:: Work item ::
The records follow. Filter them to the lines that hold "points".

:: Given records ::
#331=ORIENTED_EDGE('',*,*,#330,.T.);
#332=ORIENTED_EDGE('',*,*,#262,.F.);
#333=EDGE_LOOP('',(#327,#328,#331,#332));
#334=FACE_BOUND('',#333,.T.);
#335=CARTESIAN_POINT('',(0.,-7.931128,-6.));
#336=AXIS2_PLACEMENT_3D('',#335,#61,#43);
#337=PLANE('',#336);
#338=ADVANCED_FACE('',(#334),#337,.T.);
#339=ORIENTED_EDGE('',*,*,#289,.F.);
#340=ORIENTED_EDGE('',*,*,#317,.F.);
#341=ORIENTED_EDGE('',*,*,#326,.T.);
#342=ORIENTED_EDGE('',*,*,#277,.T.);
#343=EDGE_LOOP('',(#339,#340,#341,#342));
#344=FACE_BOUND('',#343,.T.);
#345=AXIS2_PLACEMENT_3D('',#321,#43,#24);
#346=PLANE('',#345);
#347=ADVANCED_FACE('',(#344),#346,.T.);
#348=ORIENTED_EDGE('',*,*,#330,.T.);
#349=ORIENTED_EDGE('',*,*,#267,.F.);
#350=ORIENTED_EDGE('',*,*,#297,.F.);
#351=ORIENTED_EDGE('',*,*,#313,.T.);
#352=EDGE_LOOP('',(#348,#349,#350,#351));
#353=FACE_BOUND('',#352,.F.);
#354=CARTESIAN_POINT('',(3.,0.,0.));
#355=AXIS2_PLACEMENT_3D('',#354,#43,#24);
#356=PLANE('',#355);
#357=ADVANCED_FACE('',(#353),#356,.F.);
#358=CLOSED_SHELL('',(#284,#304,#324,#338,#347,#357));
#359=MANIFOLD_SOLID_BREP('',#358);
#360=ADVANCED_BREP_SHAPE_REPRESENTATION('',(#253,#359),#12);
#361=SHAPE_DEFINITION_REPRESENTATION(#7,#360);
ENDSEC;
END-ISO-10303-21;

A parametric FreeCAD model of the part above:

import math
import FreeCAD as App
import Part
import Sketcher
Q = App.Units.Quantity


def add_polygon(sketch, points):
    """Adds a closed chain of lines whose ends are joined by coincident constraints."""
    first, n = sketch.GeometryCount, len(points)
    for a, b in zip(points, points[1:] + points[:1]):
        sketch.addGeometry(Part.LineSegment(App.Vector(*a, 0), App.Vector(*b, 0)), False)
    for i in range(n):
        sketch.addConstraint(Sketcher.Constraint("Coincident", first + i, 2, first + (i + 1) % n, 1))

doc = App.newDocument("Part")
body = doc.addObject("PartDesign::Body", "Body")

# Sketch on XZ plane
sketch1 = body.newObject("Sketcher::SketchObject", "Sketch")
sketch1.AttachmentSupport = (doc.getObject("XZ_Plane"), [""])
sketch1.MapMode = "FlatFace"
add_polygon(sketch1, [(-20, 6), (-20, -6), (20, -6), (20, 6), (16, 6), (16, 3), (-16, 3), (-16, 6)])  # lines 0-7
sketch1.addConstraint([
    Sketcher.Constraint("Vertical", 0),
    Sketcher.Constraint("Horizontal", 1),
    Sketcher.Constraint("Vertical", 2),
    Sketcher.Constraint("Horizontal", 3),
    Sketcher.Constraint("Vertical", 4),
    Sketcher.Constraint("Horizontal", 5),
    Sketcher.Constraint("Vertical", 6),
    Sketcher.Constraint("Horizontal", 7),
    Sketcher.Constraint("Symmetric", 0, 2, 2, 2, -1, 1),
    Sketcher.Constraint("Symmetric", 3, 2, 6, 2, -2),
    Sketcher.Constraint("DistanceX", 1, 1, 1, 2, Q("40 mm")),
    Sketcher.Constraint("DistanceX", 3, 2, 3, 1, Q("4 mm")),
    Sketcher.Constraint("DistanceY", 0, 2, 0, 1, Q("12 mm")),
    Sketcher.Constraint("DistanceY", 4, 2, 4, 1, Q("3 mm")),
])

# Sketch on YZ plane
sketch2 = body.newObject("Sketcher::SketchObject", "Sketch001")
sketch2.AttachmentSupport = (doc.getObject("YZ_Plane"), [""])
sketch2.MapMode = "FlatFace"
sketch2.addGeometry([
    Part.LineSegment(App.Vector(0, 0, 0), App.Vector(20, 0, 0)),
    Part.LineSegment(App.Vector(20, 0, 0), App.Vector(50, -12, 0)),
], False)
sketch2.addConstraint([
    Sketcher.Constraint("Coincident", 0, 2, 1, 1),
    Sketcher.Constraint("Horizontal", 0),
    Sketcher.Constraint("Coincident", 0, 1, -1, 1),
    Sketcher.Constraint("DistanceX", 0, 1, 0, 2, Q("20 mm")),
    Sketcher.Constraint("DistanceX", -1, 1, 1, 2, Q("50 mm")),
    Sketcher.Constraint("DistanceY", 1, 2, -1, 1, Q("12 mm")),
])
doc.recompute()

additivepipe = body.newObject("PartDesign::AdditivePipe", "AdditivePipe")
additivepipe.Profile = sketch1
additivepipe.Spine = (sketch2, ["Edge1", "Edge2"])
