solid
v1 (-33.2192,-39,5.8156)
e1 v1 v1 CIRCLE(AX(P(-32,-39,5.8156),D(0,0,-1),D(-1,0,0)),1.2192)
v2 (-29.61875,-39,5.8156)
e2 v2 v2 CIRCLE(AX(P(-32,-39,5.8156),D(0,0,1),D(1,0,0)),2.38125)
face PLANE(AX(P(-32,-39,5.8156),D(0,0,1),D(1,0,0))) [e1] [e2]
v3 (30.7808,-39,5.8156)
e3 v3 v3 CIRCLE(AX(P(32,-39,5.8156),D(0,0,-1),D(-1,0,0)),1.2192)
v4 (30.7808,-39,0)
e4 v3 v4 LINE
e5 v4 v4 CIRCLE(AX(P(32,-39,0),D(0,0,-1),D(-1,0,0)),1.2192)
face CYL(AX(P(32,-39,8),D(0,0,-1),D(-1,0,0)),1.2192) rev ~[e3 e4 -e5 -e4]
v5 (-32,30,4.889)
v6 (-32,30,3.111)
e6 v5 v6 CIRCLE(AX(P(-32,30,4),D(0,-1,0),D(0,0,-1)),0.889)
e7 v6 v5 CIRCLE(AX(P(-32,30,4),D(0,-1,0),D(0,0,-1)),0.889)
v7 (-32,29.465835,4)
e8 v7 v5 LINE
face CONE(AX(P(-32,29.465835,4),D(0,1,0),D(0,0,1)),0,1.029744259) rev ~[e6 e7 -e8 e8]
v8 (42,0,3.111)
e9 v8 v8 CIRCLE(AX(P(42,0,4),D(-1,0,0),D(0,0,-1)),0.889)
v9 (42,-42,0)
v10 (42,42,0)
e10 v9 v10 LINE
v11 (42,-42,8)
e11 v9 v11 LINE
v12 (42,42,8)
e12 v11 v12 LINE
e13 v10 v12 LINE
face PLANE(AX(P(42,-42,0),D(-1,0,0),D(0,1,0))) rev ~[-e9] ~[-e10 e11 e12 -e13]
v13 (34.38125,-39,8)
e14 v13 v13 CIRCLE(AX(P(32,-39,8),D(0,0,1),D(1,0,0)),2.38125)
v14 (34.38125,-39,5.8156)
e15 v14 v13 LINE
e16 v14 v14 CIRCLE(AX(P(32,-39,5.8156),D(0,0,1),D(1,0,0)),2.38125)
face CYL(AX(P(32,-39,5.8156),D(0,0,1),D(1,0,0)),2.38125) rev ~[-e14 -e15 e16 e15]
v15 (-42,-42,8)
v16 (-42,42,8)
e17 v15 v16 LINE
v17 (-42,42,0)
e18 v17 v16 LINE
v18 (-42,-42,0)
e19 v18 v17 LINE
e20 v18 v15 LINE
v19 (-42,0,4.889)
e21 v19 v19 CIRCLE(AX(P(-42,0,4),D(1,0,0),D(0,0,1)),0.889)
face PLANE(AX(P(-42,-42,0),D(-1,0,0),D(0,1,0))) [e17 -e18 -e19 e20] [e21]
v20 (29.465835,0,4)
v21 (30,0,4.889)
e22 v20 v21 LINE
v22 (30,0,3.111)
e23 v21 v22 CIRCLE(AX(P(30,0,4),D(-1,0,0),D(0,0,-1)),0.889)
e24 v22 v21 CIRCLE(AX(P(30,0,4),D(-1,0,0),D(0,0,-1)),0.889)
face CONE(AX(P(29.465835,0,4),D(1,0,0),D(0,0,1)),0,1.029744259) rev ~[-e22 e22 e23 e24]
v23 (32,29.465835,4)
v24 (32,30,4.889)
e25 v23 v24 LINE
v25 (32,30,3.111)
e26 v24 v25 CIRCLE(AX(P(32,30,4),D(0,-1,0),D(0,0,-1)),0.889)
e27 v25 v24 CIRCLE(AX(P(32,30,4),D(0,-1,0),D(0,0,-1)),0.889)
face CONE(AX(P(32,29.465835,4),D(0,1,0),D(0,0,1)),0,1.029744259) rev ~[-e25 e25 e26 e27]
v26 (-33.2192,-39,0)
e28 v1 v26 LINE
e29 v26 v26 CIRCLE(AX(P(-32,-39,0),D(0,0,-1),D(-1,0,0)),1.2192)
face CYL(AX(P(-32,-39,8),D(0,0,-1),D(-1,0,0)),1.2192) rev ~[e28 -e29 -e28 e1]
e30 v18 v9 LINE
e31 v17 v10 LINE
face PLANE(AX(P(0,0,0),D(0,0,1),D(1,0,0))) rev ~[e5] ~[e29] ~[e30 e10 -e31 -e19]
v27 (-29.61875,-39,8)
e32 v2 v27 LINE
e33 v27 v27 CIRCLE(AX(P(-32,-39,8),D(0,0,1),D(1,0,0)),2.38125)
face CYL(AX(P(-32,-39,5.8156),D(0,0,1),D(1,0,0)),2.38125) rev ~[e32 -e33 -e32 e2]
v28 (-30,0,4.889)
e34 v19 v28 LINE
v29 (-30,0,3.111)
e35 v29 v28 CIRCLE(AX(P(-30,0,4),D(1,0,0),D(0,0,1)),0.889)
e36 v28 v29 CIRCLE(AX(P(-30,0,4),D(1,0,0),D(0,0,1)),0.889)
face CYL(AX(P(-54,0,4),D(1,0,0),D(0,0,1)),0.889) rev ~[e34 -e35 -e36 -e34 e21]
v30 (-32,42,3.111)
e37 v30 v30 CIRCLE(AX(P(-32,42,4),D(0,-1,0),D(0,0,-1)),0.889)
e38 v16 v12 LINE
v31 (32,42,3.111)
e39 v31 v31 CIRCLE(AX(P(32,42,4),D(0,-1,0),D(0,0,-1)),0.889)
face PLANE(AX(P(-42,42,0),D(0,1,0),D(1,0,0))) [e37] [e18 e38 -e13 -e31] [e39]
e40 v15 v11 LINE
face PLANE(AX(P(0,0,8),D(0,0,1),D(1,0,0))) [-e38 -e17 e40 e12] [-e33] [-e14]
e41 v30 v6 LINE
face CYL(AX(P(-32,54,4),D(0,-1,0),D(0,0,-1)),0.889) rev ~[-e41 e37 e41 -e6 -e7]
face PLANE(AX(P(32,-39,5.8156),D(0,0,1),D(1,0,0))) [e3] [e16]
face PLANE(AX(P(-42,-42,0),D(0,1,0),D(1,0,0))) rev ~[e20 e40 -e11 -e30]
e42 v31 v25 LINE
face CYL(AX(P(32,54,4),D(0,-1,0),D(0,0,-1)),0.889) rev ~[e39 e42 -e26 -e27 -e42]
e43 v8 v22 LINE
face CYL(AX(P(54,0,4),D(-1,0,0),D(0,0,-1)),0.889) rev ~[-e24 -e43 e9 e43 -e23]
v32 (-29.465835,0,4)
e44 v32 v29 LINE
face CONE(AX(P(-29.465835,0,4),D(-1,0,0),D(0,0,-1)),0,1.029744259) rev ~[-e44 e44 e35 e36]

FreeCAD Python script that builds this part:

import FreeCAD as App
import Part
import Sketcher
from FreeCAD import Vector

doc = App.newDocument("Part")
body = doc.addObject("PartDesign::Body", "Body")

# Sketch on XY plane
sketch1 = body.newObject("Sketcher::SketchObject", "Sketch")
sketch1.AttachmentSupport = (doc.getObject("XY_Plane"), [""])
sketch1.MapMode = "FlatFace"
sketch1.addGeometry(Part.LineSegment(Vector(-42, 42, 0), Vector(-42, -42, 0)), False)
sketch1.addGeometry(Part.LineSegment(Vector(-42, -42, 0), Vector(42, -42, 0)), False)
sketch1.addGeometry(Part.LineSegment(Vector(42, -42, 0), Vector(42, 42, 0)), False)
sketch1.addGeometry(Part.LineSegment(Vector(42, 42, 0), Vector(-42, 42, 0)), False)
sketch1.addConstraint(Sketcher.Constraint("Coincident", 0, 2, 1, 1))
sketch1.addConstraint(Sketcher.Constraint("Coincident", 1, 2, 2, 1))
sketch1.addConstraint(Sketcher.Constraint("Coincident", 2, 2, 3, 1))
sketch1.addConstraint(Sketcher.Constraint("Coincident", 3, 2, 0, 1))
sketch1.addConstraint(Sketcher.Constraint("Vertical", 0))
sketch1.addConstraint(Sketcher.Constraint("Horizontal", 1))
sketch1.addConstraint(Sketcher.Constraint("Vertical", 2))
sketch1.addConstraint(Sketcher.Constraint("Horizontal", 3))
sketch1.addConstraint(Sketcher.Constraint("Symmetric", 0, 2, 2, 2, -1, 1))
sketch1.addConstraint(Sketcher.Constraint("Equal", 3, 0))
sketch1.addConstraint(Sketcher.Constraint("DistanceX", 1, 1, 1, 2, 84.0))
pad1 = body.newObject("PartDesign::Pad", "Pad")
pad1.Profile = sketch1
pad1.Length = 8

# Sketch on XY plane
sketch2 = body.newObject("Sketcher::SketchObject", "Sketch001")
sketch2.AttachmentSupport = (doc.getObject("XY_Plane"), [""])
sketch2.MapMode = "FlatFace"
sketch2.AttachmentOffset = App.Placement(Vector(0, 0, 8), App.Rotation())
sketch2.addGeometry(Part.Circle(Vector(-32, -39, 0), Vector(0, 0, 1), 1.2), False)
sketch2.addGeometry(Part.Circle(Vector(32, -39, 0), Vector(0, 0, 1), 1.2), False)
sketch2.addConstraint(Sketcher.Constraint("Equal", 0, 1))
sketch2.addConstraint(Sketcher.Constraint("Symmetric", 0, 3, 1, 3, -2))
sketch2.addConstraint(Sketcher.Constraint("DistanceX", 0, 3, -1, 1, 32.0))
sketch2.addConstraint(Sketcher.Constraint("DistanceY", 0, 3, -1, 1, 39.0))
sketch2.addConstraint(Sketcher.Constraint("Diameter", 0, 2.4384))
doc.recompute()
hole = body.newObject("PartDesign::Hole", "Hole")
hole.Profile = sketch2
hole.ThreadType = "None"
hole.Diameter = 2.4384
hole.DepthType = "Dimension"
hole.Depth = 8
hole.DrillPoint = "Flat"
hole.HoleCutType = "Counterbore"
hole.HoleCutDiameter = 4.7625
hole.HoleCutDepth = 2.1844

# Sketch on YZ plane
sketch3 = body.newObject("Sketcher::SketchObject", "Sketch002")
sketch3.AttachmentSupport = (doc.getObject("YZ_Plane"), [""])
sketch3.MapMode = "FlatFace"
sketch3.AttachmentOffset = App.Placement(Vector(0, 0, 42), App.Rotation())
sketch3.addGeometry(Part.Circle(Vector(0, 4, 0), Vector(0, 0, 1), 0.9), False)
sketch3.addConstraint(Sketcher.Constraint("PointOnObject", 0, 3, -2))
sketch3.addConstraint(Sketcher.Constraint("Diameter", 0, 1.778))
sketch3.addConstraint(Sketcher.Constraint("DistanceY", -1, 1, 0, 3, 4.0))
doc.recompute()
hole2 = body.newObject("PartDesign::Hole", "Hole001")
hole2.Profile = sketch3
hole2.ThreadType = "None"
hole2.Diameter = 1.778
hole2.DepthType = "Dimension"
hole2.Depth = 12
hole2.DrillPoint = "Angled"
hole2.DrillPointAngle = 118

# Sketch on YZ plane
sketch4 = body.newObject("Sketcher::SketchObject", "Sketch003")
sketch4.AttachmentSupport = (doc.getObject("YZ_Plane"), [""])
sketch4.MapMode = "FlatFace"
sketch4.AttachmentOffset = App.Placement(Vector(0, 0, -42), App.Rotation())
sketch4.addGeometry(Part.Circle(Vector(0, 4, 0), Vector(0, 0, 1), 0.9), False)
sketch4.addConstraint(Sketcher.Constraint("PointOnObject", 0, 3, -2))
sketch4.addConstraint(Sketcher.Constraint("Diameter", 0, 1.778))
sketch4.addConstraint(Sketcher.Constraint("DistanceY", -1, 1, 0, 3, 4.0))
doc.recompute()
hole3 = body.newObject("PartDesign::Hole", "Hole002")
hole3.Profile = sketch4
hole3.ThreadType = "None"
hole3.Diameter = 1.778
hole3.DepthType = "Dimension"
hole3.Depth = 12
hole3.DrillPoint = "Angled"
hole3.DrillPointAngle = 118
hole3.Reversed = True

# Sketch on XZ plane
sketch5 = body.newObject("Sketcher::SketchObject", "Sketch004")
sketch5.AttachmentSupport = (doc.getObject("XZ_Plane"), [""])
sketch5.MapMode = "FlatFace"
sketch5.AttachmentOffset = App.Placement(Vector(0, 0, -42), App.Rotation())
sketch5.addGeometry(Part.Circle(Vector(-32, 4, 0), Vector(0, 0, 1), 0.9), False)
sketch5.addGeometry(Part.Circle(Vector(32, 4, 0), Vector(0, 0, 1), 0.9), False)
sketch5.addConstraint(Sketcher.Constraint("Equal", 0, 1))
sketch5.addConstraint(Sketcher.Constraint("Symmetric", 0, 3, 1, 3, -2))
sketch5.addConstraint(Sketcher.Constraint("Diameter", 0, 1.778))
sketch5.addConstraint(Sketcher.Constraint("DistanceX", 0, 3, -1, 1, 32.0))
sketch5.addConstraint(Sketcher.Constraint("DistanceY", -1, 1, 0, 3, 4.0))
doc.recompute()
hole4 = body.newObject("PartDesign::Hole", "Hole003")
hole4.Profile = sketch5
hole4.ThreadType = "None"
hole4.Diameter = 1.778
hole4.DepthType = "Dimension"
hole4.Depth = 12
hole4.DrillPoint = "Angled"
hole4.DrillPointAngle = 118
hole4.Reversed = True

doc.recompute()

:: Your response ::
def add_polygon(sketch, points):
    first, n = sketch.GeometryCount, len(points)
    for a, b in zip(points, points[1:] + points[:1]):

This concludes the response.